(Activity): Take the material below and reproduce, word for word, only the lines from the line with "#86=ORIENTED_EDGE('',*,*,#85,.T.);" through the line with "#101=VERTEX_POINT('',#100);".
══════
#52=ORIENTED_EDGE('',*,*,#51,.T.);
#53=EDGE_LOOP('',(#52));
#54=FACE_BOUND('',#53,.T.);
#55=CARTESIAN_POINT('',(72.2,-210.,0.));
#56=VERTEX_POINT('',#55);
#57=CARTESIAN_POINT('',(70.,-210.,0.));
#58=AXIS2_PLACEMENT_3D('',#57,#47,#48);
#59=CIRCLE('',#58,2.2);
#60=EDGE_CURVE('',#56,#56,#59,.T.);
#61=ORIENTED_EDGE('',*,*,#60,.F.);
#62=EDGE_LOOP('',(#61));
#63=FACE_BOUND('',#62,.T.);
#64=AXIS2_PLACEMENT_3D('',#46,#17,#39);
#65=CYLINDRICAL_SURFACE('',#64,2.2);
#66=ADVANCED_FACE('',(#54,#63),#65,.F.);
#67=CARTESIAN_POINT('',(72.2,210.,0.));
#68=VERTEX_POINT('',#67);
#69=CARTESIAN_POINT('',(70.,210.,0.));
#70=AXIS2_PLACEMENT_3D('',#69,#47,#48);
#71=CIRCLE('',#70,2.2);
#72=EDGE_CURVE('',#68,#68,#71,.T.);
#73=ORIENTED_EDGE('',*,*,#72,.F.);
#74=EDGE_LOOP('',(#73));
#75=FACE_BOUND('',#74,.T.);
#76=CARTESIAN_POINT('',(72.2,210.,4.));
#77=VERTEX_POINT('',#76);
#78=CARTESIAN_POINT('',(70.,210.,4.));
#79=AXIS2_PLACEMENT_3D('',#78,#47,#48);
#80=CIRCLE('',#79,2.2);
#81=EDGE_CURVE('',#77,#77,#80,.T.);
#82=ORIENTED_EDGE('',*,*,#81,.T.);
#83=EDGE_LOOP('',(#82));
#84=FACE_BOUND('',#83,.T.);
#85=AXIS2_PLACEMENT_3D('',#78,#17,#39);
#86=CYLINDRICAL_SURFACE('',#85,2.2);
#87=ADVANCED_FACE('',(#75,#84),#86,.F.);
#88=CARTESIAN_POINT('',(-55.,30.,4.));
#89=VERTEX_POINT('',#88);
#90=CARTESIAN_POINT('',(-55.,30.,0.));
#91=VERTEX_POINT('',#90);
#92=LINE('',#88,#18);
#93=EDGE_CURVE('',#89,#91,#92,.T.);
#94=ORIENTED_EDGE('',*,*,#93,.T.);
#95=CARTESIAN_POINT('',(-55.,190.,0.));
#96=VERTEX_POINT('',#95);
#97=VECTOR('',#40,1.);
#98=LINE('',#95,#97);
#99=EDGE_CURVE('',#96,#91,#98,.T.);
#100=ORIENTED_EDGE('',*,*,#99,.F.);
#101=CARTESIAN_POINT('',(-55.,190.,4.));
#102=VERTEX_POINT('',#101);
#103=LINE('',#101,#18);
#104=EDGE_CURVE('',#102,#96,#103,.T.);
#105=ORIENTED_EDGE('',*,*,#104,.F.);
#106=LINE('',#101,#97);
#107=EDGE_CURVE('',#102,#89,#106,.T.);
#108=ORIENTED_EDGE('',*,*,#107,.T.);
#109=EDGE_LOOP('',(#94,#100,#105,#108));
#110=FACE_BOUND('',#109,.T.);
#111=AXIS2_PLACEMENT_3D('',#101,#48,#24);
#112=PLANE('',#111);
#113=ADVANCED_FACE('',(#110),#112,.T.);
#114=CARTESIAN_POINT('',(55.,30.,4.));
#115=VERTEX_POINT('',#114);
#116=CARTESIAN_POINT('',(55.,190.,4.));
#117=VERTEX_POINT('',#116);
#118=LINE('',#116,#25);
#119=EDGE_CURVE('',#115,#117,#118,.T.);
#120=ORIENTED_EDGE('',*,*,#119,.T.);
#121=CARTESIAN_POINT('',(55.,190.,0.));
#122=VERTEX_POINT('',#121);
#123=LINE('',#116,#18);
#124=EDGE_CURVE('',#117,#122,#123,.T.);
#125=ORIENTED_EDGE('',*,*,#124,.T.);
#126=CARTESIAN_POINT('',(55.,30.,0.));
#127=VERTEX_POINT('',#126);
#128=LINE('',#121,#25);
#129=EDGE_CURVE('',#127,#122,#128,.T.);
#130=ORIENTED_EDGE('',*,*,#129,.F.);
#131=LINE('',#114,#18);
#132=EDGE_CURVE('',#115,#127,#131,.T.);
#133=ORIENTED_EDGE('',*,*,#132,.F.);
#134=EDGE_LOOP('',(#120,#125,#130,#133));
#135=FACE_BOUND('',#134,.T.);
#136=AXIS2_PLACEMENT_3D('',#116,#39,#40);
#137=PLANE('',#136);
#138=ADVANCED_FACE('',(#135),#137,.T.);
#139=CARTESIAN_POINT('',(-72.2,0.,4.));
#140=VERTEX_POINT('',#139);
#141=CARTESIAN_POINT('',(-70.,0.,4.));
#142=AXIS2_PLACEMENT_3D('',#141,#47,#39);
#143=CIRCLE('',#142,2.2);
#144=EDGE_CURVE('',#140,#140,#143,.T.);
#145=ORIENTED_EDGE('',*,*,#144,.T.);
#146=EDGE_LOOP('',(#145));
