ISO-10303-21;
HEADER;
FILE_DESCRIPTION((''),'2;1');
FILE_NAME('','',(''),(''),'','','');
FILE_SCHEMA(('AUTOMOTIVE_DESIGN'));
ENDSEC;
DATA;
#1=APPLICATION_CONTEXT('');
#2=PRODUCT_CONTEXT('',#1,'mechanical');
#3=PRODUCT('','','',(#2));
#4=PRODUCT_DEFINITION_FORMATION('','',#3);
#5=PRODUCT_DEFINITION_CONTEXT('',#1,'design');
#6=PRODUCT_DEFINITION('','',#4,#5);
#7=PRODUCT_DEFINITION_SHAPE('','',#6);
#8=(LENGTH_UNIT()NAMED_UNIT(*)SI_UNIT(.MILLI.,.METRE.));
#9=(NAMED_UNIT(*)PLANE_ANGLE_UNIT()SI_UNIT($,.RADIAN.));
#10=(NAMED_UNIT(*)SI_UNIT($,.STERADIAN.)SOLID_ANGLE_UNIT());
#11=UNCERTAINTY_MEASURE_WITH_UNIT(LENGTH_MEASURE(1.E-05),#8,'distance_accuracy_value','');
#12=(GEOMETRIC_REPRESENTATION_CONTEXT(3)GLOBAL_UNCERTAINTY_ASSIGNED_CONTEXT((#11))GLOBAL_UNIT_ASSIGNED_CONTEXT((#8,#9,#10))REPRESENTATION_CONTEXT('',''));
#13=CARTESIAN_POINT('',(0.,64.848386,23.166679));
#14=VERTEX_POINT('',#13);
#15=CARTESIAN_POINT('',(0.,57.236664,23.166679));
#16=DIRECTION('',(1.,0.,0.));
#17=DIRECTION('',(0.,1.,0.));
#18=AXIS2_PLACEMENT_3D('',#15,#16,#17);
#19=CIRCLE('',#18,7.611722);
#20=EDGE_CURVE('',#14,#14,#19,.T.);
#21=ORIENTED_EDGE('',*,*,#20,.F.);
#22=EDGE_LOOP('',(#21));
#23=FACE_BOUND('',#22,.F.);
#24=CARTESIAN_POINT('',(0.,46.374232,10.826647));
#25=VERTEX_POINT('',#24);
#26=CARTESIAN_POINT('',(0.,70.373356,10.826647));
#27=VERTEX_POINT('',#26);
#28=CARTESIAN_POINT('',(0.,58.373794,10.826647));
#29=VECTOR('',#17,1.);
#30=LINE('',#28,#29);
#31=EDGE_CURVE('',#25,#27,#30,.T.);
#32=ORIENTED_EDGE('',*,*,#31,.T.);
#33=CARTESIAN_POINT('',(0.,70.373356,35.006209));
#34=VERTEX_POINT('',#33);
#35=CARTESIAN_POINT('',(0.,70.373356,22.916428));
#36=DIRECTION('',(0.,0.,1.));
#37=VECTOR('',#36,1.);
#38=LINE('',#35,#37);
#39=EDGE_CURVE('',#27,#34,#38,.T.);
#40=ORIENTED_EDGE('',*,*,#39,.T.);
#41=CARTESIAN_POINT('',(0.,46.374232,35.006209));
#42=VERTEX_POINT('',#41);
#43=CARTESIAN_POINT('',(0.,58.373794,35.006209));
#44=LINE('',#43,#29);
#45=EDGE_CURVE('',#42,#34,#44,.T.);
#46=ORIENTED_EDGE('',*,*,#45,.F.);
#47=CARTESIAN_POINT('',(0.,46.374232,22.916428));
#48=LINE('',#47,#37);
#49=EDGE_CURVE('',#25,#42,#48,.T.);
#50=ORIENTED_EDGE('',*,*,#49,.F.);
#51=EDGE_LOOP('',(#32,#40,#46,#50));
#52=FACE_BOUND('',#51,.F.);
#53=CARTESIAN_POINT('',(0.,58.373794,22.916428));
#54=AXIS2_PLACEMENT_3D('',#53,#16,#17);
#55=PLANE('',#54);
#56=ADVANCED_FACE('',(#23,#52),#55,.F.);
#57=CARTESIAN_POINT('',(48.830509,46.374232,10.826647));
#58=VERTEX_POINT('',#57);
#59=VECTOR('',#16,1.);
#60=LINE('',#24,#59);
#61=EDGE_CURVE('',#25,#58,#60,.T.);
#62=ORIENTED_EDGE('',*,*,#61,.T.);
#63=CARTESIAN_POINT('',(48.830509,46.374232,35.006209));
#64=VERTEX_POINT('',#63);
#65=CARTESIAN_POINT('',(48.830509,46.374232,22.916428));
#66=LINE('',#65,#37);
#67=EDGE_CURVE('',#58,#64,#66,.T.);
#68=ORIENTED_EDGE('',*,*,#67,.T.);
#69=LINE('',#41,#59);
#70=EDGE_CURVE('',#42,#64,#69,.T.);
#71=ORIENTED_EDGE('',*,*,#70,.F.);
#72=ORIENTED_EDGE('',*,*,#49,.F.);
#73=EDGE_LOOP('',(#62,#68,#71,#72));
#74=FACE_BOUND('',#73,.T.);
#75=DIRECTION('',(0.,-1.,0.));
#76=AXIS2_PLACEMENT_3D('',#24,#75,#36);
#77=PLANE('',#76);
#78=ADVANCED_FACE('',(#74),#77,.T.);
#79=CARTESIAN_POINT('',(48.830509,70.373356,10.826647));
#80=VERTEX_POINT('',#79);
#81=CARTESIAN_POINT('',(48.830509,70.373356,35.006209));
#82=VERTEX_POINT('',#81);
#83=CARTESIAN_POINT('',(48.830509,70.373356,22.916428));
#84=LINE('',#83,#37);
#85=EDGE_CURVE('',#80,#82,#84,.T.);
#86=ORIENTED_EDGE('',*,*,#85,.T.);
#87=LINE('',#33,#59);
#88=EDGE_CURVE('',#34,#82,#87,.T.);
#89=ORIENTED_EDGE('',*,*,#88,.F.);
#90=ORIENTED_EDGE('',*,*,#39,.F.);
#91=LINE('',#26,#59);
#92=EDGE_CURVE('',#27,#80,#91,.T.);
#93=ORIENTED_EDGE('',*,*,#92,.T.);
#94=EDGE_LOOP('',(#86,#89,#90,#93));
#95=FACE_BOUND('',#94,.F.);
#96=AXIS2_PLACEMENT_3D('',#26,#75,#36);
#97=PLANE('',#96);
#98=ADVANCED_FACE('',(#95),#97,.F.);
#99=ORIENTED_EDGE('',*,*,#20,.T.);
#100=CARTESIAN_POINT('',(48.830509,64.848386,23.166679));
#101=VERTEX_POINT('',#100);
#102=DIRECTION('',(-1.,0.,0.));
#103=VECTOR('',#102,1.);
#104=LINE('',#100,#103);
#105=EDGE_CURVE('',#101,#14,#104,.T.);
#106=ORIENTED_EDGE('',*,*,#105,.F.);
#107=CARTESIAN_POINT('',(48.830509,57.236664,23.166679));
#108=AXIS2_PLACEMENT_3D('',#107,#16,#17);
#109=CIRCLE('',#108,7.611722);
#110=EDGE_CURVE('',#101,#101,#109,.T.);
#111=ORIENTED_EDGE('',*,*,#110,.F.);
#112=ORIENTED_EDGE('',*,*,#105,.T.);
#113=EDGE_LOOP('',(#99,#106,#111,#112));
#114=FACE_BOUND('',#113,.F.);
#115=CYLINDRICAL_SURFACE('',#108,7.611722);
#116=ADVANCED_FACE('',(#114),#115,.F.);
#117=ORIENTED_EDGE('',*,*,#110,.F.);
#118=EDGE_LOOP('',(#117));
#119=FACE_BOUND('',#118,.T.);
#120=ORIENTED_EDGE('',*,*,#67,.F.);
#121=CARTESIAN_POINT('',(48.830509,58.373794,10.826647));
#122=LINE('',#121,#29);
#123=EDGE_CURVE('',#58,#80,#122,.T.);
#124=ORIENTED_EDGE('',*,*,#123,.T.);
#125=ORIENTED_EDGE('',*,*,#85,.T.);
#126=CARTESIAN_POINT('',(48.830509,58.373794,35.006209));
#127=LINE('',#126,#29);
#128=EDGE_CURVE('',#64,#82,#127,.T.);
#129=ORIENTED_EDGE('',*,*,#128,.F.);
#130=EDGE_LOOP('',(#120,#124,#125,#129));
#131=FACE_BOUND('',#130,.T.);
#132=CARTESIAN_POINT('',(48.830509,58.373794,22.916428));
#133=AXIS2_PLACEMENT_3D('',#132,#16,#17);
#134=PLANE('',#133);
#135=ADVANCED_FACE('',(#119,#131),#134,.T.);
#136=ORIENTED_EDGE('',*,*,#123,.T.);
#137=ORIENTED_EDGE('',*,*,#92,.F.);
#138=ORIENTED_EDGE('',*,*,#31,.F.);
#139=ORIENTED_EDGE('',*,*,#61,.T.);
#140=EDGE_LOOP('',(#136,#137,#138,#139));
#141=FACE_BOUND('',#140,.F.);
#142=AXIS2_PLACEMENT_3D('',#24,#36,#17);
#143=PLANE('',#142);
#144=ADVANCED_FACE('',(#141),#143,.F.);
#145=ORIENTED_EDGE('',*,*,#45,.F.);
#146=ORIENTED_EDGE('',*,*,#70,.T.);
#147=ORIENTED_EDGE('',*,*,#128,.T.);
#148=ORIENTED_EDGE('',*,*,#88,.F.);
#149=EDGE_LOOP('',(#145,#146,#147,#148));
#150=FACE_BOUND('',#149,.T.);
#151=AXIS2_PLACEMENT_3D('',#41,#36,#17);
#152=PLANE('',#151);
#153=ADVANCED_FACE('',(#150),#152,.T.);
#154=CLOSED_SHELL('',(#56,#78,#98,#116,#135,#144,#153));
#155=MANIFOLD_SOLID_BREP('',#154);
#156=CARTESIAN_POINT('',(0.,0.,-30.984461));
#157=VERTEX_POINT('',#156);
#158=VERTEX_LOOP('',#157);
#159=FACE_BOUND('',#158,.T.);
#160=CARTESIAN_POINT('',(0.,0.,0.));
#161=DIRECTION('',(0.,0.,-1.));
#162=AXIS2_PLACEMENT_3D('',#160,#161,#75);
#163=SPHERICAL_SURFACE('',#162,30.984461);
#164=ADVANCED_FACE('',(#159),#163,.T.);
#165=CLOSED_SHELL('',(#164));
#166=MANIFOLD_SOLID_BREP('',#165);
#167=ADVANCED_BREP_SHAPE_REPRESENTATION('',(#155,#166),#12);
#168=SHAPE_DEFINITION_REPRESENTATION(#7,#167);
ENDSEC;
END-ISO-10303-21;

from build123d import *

# Parameters (mm, degrees)
F2_W     = 23.999124
F2_H     = 24.179563
F3_DEPTH = 48.830509
F4_R     = 7.611722
F5_DEPTH = 71.608588


with BuildPart() as f1:
    # F0 (on Right) → F1 (revolve)
    with BuildSketch(Plane.YZ):
        with BuildLine():
            Line((0, -30.984461), (0, 30.984461))
            ThreePointArc((0, 30.984461), (-30.984461, 0), (0, -30.984461))
        make_face()
    revolve(axis=Axis((0, 0, 3.87954), (0, 0, -1)))


with BuildPart() as f3:
    # F2 (on Right) → F3 (new body)
    with BuildSketch(Plane.YZ):
        with Locations((58.373794, 22.916428)):
            Rectangle(F2_W, F2_H)
    extrude(amount=F3_DEPTH)

    # F4 (on face) → F5 (cut)
    with BuildSketch(Plane.YZ.offset(48.830509)):
        with Locations((57.236664, 23.166679)):
            Circle(F4_R)
    extrude(amount=-F5_DEPTH, mode=Mode.SUBTRACT)


solid = Compound([f1.part, f3.part])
══════
(Answer to the exercise):
#86=ORIENTED_EDGE('',*,*,#85,.T.);
#87=LINE('',#33,#59);
#88=EDGE_CURVE('',#34,#82,#87,.T.);
#89=ORIENTED_EDGE('',*,*,#88,.F.);
#90=ORIENTED_EDGE('',*,*,#39,.F.);
#91=LINE('',#26,#59);
#92=EDGE_CURVE('',#27,#80,#91,.T.);
#93=ORIENTED_EDGE('',*,*,#92,.T.);
#94=EDGE_LOOP('',(#86,#89,#90,#93));
#95=FACE_BOUND('',#94,.F.);
#96=AXIS2_PLACEMENT_3D('',#26,#75,#36);
#97=PLANE('',#96);
#98=ADVANCED_FACE('',(#95),#97,.F.);
#99=ORIENTED_EDGE('',*,*,#20,.T.);
#100=CARTESIAN_POINT('',(48.830509,64.848386,23.166679));
#101=VERTEX_POINT('',#100);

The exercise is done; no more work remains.